I can say with some amount of confidence that the number of people wasting their talent and life in making up bullshit engagement algorithms, who thought about it as a way of getting people away from drugs, has been exactly zero. So, it is definitely not something to be proud of, but maybe something to think of as a funny coincidence, provided that the premise actually holds.
> The worst that can happen is ...
That you'll remain or become an idiot, or suffer physically and mentally as a result of being inactive while consuming the garbage your proud tech workers shove down your head.
I’d argue that targeted advertising and unprecedentedly-centralized corporate control of what text, images, and video we see online is just as potentially harmful as (recreational) drug use, if not worse. And online-shopping/adventure-travel/other addictions facilitated by targeted ads and targeted content algorithms can definitely leave people unable to achieve goals in life.
Creating a new addiction to replace the last generation’s isn’t really something to be proud of. As developers, we should be aiming to create ways to communicate that aren’t addictive and facilitate genuine connection with others that includes their highs, the lows, and financial/socioeconomic transparency.
Perhaps? But a confounder is the strengthening or weakening of social ties. It's not clear that what seems to increasing loneliness is doing well by this next generation.
As someone who grew up in the 90’s and partied the way they did in the 90’s If there is a switch from drugs to social media I find that incredibly dystopian.
Mental health is health, and poor mental health can result in death... death rates that we have seen climb precipitously among children. Trading heroin deaths for suicides isn't an improvement, even if the dealers feel they aren't directly responsible.
Plenty of bad side effects: Harming your brains development, ability to concentrate, harm the ability to find joy in non-screen activities, mental health and so on.
social media can definitely harm your body if you’re constantly overstimulated and sedentary
You can order custom kitten being killed videos on the internet. Is this suppressing the serial killers and rapists in our society?

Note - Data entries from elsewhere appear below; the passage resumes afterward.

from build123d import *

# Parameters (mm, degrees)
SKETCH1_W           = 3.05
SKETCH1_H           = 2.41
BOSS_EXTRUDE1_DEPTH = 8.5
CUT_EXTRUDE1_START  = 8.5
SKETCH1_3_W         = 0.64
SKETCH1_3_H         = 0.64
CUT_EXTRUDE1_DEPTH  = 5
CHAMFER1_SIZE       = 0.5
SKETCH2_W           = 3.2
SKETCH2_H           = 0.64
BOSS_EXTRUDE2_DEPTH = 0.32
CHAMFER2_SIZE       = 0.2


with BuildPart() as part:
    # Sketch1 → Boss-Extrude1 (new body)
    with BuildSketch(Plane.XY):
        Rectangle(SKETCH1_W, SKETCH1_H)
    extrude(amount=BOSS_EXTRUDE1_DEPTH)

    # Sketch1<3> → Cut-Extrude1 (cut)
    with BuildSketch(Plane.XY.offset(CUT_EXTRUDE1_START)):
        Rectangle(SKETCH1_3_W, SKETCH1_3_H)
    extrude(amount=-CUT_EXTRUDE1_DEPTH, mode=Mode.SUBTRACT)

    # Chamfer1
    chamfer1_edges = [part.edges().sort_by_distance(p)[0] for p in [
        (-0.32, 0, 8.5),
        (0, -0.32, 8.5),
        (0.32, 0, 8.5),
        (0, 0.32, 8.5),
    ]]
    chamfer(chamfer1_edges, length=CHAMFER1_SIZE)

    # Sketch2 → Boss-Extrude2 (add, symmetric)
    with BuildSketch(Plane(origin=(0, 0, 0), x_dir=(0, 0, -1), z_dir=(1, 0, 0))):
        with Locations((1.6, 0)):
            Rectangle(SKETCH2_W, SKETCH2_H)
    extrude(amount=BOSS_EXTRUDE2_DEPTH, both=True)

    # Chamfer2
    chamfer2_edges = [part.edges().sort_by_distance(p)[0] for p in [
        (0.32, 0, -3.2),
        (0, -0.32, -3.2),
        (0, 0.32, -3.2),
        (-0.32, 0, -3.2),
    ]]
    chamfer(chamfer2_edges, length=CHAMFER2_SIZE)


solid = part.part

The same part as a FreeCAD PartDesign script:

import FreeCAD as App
import Part
import Sketcher

V = App.Vector
Q = App.Units.Quantity


def edges_at(feature, points):
    """Names of the edges that pass closest to the given points."""
    edges = feature.Shape.Edges
    near = lambda p: min(range(len(edges)), key=lambda i: edges[i].distToShape(Part.Vertex(*p))[0])
    return sorted({f"Edge{near(p) + 1}" for p in points})


def add_polygon(sketch, points):
    """Adds a closed chain of lines whose ends are joined by coincident constraints."""
    first, n = sketch.GeometryCount, len(points)
    for a, b in zip(points, points[1:] + points[:1]):
        sketch.addGeometry(Part.LineSegment(App.Vector(*a, 0), App.Vector(*b, 0)), False)
    for i in range(n):
        sketch.addConstraint(Sketcher.Constraint("Coincident", first + i, 2, first + (i + 1) % n, 1))

doc = App.newDocument("Part")
body = doc.addObject("PartDesign::Body", "Body")

# Sketch on XY plane
sketch1 = body.newObject("Sketcher::SketchObject", "Sketch")
sketch1.AttachmentSupport = (doc.getObject("XY_Plane"), [""])
sketch1.MapMode = "FlatFace"
add_polygon(sketch1, [(-1.525, 1.205), (-1.525, -1.205), (1.525, -1.205), (1.525, 1.205)])  # lines 0-3
sketch1.addConstraint(Sketcher.Constraint("Vertical", 0))
sketch1.addConstraint(Sketcher.Constraint("Horizontal", 1))
sketch1.addConstraint(Sketcher.Constraint("Vertical", 2))
sketch1.addConstraint(Sketcher.Constraint("Horizontal", 3))
sketch1.addConstraint(Sketcher.Constraint("Symmetric", 0, 2, 2, 2, -1, 1))
sketch1.addConstraint(Sketcher.Constraint("DistanceX", 1, 1, 1, 2, Q("3.05 mm")))
sketch1.addConstraint(Sketcher.Constraint("DistanceY", 0, 2, 0, 1, Q("2.41 mm")))
pad1 = body.newObject("PartDesign::Pad", "Pad")
pad1.Profile = sketch1
pad1.Length = 8.5

# Sketch on XY plane
sketch2 = body.newObject("Sketcher::SketchObject", "Sketch001")
sketch2.AttachmentSupport = (doc.getObject("XY_Plane"), [""])
sketch2.MapMode = "FlatFace"
sketch2.AttachmentOffset = App.Placement(V(0, 0, 8.5), App.Rotation())
add_polygon(sketch2, [(-0.32, 0.32), (-0.32, -0.32), (0.32, -0.32), (0.32, 0.32)])  # lines 0-3
sketch2.addConstraint(Sketcher.Constraint("Vertical", 0))
sketch2.addConstraint(Sketcher.Constraint("Horizontal", 1))
sketch2.addConstraint(Sketcher.Constraint("Vertical", 2))
sketch2.addConstraint(Sketcher.Constraint("Horizontal", 3))
sketch2.addConstraint(Sketcher.Constraint("Symmetric", 0, 2, 2, 2, -1, 1))
sketch2.addConstraint(Sketcher.Constraint("Equal", 3, 0))
sketch2.addConstraint(Sketcher.Constraint("DistanceX", 1, 1, 1, 2, Q("0.64 mm")))
pocket1 = body.newObject("PartDesign::Pocket", "Pocket")
pocket1.Profile = sketch2
pocket1.Length = 5
doc.recompute()

chamfer = body.newObject("PartDesign::Chamfer", "Chamfer")
chamfer.Base = (pocket1, edges_at(pocket1, [
    (-0.32, 0, 8.5),
    (0, -0.32, 8.5),
    (0.32, 0, 8.5),
    (0, 0.32, 8.5),
]))
chamfer.Size = 0.5

# Sketch on YZ plane
sketch3 = body.newObject("Sketcher::SketchObject", "Sketch002")
sketch3.AttachmentSupport = (doc.getObject("YZ_Plane"), [""])
sketch3.MapMode = "FlatFace"
add_polygon(sketch3, [(0.32, 0), (-0.32, 0), (-0.32, -3.2), (0.32, -3.2)])  # lines 0-3
sketch3.addConstraint(Sketcher.Constraint("Horizontal", 0))
sketch3.addConstraint(Sketcher.Constraint("Vertical", 1))
sketch3.addConstraint(Sketcher.Constraint("Horizontal", 2))
sketch3.addConstraint(Sketcher.Constraint("Vertical", 3))
sketch3.addConstraint(Sketcher.Constraint("Symmetric", 0, 2, 3, 2, -1, 1))
sketch3.addConstraint(Sketcher.Constraint("DistanceY", 1, 2, 1, 1, Q("3.2 mm")))
sketch3.addConstraint(Sketcher.Constraint("DistanceX", 0, 2, 0, 1, Q("0.64 mm")))
pad2 = body.newObject("PartDesign::Pad", "Pad001")
pad2.Profile = sketch3
pad2.Length = 0.64
pad2.Midplane = True
doc.recompute()

chamfer2 = body.newObject("PartDesign::Chamfer", "Chamfer001")
chamfer2.Base = (pad2, edges_at(pad2, [
    (0.32, 0, -3.2),
    (0, -0.32, -3.2),
    (0, 0.32, -3.2),
    (-0.32, 0, -3.2),
]))
chamfer2.Size = 0.2

doc.recompute()
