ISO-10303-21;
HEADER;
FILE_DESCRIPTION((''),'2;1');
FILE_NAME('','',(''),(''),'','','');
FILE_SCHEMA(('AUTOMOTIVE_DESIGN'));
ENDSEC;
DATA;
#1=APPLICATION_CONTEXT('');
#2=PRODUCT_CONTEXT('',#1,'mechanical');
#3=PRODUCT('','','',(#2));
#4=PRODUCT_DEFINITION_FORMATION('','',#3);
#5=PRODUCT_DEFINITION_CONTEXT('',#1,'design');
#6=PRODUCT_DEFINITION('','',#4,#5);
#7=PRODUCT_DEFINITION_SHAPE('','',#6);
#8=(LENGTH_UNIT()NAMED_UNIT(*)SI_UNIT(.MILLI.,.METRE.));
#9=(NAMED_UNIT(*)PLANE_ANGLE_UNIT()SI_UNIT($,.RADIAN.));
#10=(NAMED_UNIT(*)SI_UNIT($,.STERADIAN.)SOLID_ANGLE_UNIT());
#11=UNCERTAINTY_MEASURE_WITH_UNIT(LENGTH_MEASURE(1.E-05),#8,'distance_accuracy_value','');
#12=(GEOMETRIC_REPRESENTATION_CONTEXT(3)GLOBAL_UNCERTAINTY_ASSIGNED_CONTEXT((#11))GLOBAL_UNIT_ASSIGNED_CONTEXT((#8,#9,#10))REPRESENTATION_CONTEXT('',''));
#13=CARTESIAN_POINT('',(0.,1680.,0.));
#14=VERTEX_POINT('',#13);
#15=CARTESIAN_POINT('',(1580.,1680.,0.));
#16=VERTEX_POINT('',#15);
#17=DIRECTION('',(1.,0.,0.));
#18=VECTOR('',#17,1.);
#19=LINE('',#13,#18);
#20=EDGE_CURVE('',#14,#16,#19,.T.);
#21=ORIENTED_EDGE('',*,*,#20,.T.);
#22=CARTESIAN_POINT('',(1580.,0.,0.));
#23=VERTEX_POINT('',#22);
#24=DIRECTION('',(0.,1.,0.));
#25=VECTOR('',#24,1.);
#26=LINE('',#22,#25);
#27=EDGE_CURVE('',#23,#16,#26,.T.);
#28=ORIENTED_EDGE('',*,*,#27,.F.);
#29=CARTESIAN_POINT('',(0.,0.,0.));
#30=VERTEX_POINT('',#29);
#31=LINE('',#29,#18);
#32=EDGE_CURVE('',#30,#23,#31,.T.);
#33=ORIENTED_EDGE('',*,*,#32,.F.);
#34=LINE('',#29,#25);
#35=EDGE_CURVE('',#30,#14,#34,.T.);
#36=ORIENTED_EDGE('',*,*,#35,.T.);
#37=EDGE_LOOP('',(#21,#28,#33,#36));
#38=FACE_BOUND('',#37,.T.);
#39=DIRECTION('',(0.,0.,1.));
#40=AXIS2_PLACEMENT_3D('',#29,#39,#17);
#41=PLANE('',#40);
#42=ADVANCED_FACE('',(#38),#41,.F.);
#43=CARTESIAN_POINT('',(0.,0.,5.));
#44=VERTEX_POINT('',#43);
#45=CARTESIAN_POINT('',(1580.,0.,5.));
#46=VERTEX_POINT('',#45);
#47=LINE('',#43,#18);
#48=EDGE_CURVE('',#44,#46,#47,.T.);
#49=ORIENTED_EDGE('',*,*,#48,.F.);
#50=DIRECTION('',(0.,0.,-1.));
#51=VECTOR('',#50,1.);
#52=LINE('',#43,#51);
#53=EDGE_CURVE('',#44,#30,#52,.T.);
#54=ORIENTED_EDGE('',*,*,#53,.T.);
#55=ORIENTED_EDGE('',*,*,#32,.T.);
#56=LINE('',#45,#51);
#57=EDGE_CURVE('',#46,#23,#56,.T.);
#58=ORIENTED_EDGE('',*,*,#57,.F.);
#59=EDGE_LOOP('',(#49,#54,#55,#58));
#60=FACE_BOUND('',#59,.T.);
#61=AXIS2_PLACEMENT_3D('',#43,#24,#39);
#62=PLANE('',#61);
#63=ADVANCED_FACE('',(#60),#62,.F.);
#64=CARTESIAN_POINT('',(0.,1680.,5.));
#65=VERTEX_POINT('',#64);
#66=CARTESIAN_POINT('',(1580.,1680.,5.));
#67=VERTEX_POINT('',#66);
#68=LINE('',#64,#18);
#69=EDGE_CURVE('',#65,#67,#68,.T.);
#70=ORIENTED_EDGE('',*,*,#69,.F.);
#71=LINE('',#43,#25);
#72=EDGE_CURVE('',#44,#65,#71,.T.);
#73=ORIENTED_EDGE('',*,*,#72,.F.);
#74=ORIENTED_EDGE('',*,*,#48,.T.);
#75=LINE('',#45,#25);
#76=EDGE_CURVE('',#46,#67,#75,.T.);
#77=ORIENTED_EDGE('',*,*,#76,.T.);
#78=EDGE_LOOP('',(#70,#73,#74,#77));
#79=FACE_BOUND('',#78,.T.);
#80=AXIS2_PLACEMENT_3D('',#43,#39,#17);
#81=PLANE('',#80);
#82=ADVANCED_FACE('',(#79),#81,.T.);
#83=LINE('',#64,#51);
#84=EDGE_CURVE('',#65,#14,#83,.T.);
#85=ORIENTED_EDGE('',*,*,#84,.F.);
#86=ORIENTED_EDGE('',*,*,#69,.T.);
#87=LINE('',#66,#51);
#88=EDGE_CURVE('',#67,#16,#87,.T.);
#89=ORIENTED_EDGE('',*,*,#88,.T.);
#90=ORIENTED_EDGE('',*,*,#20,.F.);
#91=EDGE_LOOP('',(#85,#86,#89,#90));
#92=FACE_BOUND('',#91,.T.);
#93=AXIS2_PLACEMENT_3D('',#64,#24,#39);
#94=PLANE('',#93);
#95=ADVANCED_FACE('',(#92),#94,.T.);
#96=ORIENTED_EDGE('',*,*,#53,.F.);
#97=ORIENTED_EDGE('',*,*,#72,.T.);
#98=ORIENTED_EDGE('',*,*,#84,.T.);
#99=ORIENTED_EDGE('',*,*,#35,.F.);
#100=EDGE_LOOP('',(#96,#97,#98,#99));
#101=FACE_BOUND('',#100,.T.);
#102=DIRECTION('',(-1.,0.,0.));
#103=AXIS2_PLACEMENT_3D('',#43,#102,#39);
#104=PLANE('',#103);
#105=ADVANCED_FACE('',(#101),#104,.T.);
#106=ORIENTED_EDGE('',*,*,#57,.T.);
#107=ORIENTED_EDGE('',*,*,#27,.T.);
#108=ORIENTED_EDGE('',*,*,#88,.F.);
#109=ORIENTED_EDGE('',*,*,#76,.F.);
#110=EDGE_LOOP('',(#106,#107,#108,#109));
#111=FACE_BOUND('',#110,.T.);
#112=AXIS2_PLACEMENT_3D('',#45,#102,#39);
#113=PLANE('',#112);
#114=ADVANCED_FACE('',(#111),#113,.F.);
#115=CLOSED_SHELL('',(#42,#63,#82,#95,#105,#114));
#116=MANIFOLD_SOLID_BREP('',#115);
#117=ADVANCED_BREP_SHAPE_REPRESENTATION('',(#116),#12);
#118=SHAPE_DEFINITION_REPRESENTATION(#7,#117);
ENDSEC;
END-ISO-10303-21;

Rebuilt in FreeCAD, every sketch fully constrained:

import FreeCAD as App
import Part
import Sketcher

V = App.Vector
Q = App.Units.Quantity

doc = App.newDocument("Part")
body = doc.addObject("PartDesign::Body", "Body")

# Sketch on XY plane
sketch1 = body.newObject("Sketcher::SketchObject", "Sketch")
sketch1.AttachmentSupport = (doc.getObject("XY_Plane"), [""])
sketch1.MapMode = "FlatFace"
sketch1.addGeometry([
    Part.LineSegment(V(0, 1680, 0), V(0, 0, 0)),
    Part.LineSegment(V(0, 0, 0), V(1580, 0, 0)),
    Part.LineSegment(V(1580, 0, 0), V(1580, 1680, 0)),
    Part.LineSegment(V(1580, 1680, 0), V(0, 1680, 0)),
], False)
sketch1.addConstraint([
    Sketcher.Constraint("Coincident", 0, 2, 1, 1),
    Sketcher.Constraint("Coincident", 1, 2, 2, 1),
    Sketcher.Constraint("Coincident", 2, 2, 3, 1),
    Sketcher.Constraint("Coincident", 3, 2, 0, 1),
    Sketcher.Constraint("Vertical", 0),
    Sketcher.Constraint("Horizontal", 1),
    Sketcher.Constraint("Vertical", 2),
    Sketcher.Constraint("Horizontal", 3),
    Sketcher.Constraint("Coincident", 0, 2, -1, 1),
    Sketcher.Constraint("DistanceX", 1, 1, 1, 2, Q("1580 mm")),
    Sketcher.Constraint("DistanceY", 0, 2, 0, 1, Q("1680 mm")),
])
pad1 = body.newObject("PartDesign::Pad", "Pad")
pad1.Profile = sketch1
pad1.Length = 5

doc.recompute()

It's along the lines of your theory, the internet is filling in a base need for a segment of society that's always been there.
Yes, and a former executive confirmed that it's intentional: https://news.ycombinator.com/item?id=24579498
Opiate of the masses (21st Century version)
I think psychedelic is more apt (but not a perfect analogy either).
Expands horizons, connects self to world, catalyzes cults and psychoses.
Bread and Circuses. Or at least, circuses.
They'll have bread, but they won't have bred.
This was my first thought too. Their phones are all they need. Plus they are legal, encouraged even.